Saved data entries:

_ _ _ _ _ _ _

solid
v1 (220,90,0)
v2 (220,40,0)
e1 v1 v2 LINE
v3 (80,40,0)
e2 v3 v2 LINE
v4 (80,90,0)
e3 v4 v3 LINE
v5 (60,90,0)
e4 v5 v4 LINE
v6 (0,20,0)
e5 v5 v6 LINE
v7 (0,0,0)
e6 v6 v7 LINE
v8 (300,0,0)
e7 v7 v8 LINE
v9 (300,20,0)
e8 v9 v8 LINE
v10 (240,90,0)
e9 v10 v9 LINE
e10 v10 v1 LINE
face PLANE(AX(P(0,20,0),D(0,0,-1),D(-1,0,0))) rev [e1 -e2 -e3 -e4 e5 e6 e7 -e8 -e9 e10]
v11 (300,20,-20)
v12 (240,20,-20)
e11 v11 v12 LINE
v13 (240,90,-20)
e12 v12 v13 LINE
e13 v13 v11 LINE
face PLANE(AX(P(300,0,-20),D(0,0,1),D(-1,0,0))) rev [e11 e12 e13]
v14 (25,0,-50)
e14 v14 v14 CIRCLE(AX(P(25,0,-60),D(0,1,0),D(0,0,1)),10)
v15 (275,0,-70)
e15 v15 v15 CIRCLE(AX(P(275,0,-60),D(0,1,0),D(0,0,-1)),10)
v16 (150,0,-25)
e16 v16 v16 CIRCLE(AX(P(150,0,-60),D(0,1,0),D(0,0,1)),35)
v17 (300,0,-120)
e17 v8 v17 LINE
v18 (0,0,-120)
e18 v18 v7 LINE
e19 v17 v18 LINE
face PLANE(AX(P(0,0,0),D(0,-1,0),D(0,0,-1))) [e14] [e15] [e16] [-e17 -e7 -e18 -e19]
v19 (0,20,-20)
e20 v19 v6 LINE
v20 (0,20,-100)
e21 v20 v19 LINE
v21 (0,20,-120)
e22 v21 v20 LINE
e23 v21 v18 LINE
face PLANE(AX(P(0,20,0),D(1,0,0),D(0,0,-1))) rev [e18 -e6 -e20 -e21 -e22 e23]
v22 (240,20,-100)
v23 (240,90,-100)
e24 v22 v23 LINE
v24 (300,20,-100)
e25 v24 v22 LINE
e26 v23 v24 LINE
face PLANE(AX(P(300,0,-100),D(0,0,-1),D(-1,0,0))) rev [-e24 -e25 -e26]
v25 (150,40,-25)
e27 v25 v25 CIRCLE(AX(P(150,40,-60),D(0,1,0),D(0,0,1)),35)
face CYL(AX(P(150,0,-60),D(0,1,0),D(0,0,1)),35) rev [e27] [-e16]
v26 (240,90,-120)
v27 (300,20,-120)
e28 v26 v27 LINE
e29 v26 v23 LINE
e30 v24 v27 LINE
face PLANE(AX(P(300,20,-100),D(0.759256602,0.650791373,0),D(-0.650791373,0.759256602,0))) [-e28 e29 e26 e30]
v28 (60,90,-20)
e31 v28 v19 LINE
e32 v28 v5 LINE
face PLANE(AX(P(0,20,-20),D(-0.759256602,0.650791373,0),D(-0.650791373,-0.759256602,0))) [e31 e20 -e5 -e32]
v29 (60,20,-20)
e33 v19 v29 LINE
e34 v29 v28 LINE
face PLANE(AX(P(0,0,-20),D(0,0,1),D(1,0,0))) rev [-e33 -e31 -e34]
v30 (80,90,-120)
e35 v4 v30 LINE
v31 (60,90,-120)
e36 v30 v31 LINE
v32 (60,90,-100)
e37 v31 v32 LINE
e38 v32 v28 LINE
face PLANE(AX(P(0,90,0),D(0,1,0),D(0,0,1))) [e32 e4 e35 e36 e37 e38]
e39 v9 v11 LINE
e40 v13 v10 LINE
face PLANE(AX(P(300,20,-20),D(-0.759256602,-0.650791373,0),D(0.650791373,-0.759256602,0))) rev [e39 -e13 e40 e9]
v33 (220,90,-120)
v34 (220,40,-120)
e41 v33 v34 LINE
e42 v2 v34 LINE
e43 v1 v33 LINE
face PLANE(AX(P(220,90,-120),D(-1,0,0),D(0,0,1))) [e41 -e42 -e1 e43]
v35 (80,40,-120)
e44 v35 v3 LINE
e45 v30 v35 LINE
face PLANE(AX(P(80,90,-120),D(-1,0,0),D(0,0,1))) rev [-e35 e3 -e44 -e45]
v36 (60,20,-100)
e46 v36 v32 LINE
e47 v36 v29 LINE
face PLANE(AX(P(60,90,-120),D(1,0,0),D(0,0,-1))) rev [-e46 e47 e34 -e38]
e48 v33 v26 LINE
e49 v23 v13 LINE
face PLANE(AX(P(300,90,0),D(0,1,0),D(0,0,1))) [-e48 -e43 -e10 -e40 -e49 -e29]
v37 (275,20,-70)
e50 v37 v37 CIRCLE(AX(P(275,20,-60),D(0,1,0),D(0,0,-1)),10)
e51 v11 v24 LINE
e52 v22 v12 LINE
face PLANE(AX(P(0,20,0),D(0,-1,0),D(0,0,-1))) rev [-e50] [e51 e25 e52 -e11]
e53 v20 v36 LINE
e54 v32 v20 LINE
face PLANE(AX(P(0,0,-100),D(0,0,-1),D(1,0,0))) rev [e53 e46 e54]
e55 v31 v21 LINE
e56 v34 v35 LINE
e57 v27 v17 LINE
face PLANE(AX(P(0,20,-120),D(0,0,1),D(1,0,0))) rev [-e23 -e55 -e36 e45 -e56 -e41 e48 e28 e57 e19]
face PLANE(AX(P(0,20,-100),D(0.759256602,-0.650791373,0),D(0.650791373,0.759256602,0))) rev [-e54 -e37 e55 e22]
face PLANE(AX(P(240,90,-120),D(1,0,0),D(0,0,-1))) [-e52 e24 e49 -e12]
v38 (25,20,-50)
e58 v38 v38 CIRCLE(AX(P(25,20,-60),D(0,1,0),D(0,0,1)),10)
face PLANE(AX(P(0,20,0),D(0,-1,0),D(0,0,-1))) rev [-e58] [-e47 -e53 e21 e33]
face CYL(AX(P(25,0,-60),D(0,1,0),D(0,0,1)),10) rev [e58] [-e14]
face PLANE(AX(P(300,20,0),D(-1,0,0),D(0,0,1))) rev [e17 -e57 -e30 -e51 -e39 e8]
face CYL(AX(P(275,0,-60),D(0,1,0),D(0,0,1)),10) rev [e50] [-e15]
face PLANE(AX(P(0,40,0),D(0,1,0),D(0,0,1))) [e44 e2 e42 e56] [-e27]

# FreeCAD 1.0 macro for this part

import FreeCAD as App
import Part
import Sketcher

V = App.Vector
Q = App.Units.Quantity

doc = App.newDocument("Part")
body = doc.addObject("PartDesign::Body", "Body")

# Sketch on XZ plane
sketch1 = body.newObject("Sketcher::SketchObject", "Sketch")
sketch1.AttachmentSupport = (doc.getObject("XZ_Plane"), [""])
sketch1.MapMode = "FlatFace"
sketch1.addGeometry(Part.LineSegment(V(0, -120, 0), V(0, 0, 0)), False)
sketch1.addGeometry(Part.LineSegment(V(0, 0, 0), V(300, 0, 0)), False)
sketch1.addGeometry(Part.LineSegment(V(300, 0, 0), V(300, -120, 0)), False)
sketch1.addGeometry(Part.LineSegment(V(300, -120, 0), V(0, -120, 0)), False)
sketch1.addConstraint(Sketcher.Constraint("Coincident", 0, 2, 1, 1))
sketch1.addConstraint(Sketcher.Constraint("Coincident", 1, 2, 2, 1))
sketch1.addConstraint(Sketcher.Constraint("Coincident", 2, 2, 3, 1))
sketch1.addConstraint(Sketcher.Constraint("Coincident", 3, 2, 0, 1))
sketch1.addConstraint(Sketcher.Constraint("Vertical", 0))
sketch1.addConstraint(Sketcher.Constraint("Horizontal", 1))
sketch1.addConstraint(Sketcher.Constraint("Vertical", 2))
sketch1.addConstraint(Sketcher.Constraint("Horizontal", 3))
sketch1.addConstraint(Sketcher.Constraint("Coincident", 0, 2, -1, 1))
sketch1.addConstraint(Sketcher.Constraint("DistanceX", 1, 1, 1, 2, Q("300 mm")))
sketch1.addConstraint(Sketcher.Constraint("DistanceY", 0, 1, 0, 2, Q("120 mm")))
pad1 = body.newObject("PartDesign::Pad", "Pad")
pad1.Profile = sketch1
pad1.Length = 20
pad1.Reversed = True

_ _ _ _ _ _ _

EXERCISE PROMPT:
In the data above, which lines lie between the line with "v9 (300,20,0)" and the line with "e28 v26 v27 LINE", inclusive? Print those lines exactly and nothing else.

EXPECTED OUTPUT:
v9 (300,20,0)
e8 v9 v8 LINE
v10 (240,90,0)
e9 v10 v9 LINE
e10 v10 v1 LINE
face PLANE(AX(P(0,20,0),D(0,0,-1),D(-1,0,0))) rev [e1 -e2 -e3 -e4 e5 e6 e7 -e8 -e9 e10]
v11 (300,20,-20)
v12 (240,20,-20)
e11 v11 v12 LINE
v13 (240,90,-20)
e12 v12 v13 LINE
e13 v13 v11 LINE
face PLANE(AX(P(300,0,-20),D(0,0,1),D(-1,0,0))) rev [e11 e12 e13]
v14 (25,0,-50)
e14 v14 v14 CIRCLE(AX(P(25,0,-60),D(0,1,0),D(0,0,1)),10)
v15 (275,0,-70)
e15 v15 v15 CIRCLE(AX(P(275,0,-60),D(0,1,0),D(0,0,-1)),10)
v16 (150,0,-25)
e16 v16 v16 CIRCLE(AX(P(150,0,-60),D(0,1,0),D(0,0,1)),35)
v17 (300,0,-120)
e17 v8 v17 LINE
v18 (0,0,-120)
e18 v18 v7 LINE
e19 v17 v18 LINE
face PLANE(AX(P(0,0,0),D(0,-1,0),D(0,0,-1))) [e14] [e15] [e16] [-e17 -e7 -e18 -e19]
v19 (0,20,-20)
e20 v19 v6 LINE
v20 (0,20,-100)
e21 v20 v19 LINE
v21 (0,20,-120)
e22 v21 v20 LINE
e23 v21 v18 LINE
face PLANE(AX(P(0,20,0),D(1,0,0),D(0,0,-1))) rev [e18 -e6 -e20 -e21 -e22 e23]
v22 (240,20,-100)
v23 (240,90,-100)
e24 v22 v23 LINE
v24 (300,20,-100)
e25 v24 v22 LINE
e26 v23 v24 LINE
face PLANE(AX(P(300,0,-100),D(0,0,-1),D(-1,0,0))) rev [-e24 -e25 -e26]
v25 (150,40,-25)
e27 v25 v25 CIRCLE(AX(P(150,40,-60),D(0,1,0),D(0,0,1)),35)
face CYL(AX(P(150,0,-60),D(0,1,0),D(0,0,1)),35) rev [e27] [-e16]
v26 (240,90,-120)
v27 (300,20,-120)
e28 v26 v27 LINE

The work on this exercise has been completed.